Das zwar mein erster Post, aber dennoch denke ich ein sinnvoller...
Also habe wie viele andere auch einen [ edit]  dort gefunden (der konnte mir sogar einen gefakten pass schicken :-D ) und würde den gern anzeigen. Da ich mich ein wenig mit IT auskenne, weis ich das das ned sehr einfach ist, weil der wahrscheinlich über Proxy gegangen sein konnte. ABER er wollte von mir das ich ihm die Kohle auf [noparse][email protected][/noparse] überweise! LOOOOOOOL :wall: 
Da kommt man auf eine gmx mail domain!
somit müsste man doch nachvollziehen können wer die registriert hat und den typen anzeigen können?!

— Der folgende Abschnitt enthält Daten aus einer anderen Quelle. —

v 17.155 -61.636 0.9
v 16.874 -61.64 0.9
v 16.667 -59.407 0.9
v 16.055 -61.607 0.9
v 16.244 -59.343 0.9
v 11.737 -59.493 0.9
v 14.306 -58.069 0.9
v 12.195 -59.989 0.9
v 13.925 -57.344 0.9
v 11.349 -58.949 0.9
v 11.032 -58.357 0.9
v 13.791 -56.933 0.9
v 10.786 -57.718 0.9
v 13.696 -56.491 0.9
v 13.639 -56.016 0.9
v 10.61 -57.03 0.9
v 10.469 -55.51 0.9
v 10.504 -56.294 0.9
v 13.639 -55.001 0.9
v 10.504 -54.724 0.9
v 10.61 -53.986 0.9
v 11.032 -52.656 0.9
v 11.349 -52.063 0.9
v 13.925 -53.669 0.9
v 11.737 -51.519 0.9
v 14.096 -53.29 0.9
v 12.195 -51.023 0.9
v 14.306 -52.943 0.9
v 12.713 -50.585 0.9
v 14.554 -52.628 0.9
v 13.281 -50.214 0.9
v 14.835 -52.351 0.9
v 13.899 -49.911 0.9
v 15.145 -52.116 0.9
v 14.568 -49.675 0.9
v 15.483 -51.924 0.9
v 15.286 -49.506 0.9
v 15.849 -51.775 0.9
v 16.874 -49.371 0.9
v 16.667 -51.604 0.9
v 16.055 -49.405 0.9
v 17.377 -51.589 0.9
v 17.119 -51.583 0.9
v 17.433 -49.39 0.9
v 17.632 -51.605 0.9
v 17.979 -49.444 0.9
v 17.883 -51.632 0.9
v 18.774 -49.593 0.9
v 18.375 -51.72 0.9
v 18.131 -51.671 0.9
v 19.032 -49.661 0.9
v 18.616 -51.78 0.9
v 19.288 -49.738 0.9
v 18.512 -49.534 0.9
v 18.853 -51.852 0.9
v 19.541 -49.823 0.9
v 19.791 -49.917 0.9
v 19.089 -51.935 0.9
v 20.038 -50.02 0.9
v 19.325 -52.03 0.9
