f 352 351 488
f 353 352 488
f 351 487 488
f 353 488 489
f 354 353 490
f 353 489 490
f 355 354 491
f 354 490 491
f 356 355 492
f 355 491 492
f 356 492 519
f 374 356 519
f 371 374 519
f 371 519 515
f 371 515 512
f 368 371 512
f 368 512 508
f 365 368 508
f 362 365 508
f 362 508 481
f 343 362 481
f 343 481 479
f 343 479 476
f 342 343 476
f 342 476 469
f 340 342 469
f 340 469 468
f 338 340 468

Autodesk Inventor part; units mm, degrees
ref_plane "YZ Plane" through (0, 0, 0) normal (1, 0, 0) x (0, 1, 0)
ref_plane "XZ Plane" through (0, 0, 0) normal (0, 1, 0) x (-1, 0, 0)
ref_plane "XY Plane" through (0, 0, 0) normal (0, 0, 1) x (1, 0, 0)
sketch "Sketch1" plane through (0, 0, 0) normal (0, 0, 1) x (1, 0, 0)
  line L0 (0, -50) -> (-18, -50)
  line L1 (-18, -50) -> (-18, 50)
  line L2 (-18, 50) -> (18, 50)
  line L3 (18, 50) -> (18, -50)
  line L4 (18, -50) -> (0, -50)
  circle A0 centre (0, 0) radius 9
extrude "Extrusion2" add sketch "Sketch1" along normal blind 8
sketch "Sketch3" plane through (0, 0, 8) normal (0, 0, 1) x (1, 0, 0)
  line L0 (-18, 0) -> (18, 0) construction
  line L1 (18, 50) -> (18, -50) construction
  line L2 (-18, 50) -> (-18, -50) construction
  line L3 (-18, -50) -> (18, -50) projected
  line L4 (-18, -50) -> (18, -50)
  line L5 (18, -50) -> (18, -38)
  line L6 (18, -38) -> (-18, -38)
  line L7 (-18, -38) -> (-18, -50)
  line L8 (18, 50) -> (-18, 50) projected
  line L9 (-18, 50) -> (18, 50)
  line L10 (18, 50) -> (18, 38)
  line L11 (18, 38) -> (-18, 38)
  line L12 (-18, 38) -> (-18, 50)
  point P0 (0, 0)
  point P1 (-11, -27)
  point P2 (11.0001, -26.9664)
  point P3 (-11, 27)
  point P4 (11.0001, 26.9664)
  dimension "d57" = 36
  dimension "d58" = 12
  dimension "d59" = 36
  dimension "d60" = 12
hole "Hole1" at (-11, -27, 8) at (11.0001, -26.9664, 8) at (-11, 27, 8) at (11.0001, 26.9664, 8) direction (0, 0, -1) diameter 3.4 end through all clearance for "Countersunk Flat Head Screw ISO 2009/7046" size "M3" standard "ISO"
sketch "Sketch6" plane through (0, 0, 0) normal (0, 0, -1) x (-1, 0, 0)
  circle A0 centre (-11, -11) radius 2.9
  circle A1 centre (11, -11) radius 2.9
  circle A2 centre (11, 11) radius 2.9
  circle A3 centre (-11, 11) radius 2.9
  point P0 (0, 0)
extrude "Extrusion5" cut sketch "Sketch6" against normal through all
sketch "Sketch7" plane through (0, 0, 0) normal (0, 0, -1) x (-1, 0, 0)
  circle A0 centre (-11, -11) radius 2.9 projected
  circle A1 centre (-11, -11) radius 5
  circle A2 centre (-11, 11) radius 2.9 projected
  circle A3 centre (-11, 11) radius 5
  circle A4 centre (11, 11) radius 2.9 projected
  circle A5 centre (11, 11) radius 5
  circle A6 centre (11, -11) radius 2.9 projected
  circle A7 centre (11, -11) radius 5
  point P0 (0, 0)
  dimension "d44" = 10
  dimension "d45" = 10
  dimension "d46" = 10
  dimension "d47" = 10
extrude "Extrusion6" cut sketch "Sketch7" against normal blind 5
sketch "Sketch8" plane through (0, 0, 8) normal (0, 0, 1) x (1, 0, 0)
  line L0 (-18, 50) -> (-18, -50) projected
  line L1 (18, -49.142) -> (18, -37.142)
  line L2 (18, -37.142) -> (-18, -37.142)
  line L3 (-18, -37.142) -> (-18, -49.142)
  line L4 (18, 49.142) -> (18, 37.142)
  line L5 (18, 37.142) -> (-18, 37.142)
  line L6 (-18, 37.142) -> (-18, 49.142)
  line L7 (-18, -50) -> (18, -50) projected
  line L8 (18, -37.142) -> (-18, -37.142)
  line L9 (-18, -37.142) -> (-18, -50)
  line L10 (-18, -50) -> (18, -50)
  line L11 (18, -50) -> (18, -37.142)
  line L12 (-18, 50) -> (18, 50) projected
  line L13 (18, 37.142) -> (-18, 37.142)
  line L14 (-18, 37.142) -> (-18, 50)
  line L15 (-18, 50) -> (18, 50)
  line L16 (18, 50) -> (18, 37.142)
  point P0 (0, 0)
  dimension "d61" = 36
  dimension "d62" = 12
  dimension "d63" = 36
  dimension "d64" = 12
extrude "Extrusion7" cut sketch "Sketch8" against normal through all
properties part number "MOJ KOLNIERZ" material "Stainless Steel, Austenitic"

Vielen Dank für eure Hilfe!

LG,
Michael


----------



## Flowtec (28 August 2007)

*AW: Autoscout24.at- [ edit] das Handwerk legen?*

Es nervt mich einfach nun schon zu sehr und dieses Pack vermehrt sich immer mehr und keiner tut was dagegen!  
Unerfahrene Leute fahren total ein!


----------



## Reducal (28 August 2007)

*AW: Autoscout24.at- [ edit] das Handwerk legen?*



Flowtec schrieb:


> ...auf eine gmx mail domain!
> somit müsste man doch nachvollziehen können wer die registriert hat....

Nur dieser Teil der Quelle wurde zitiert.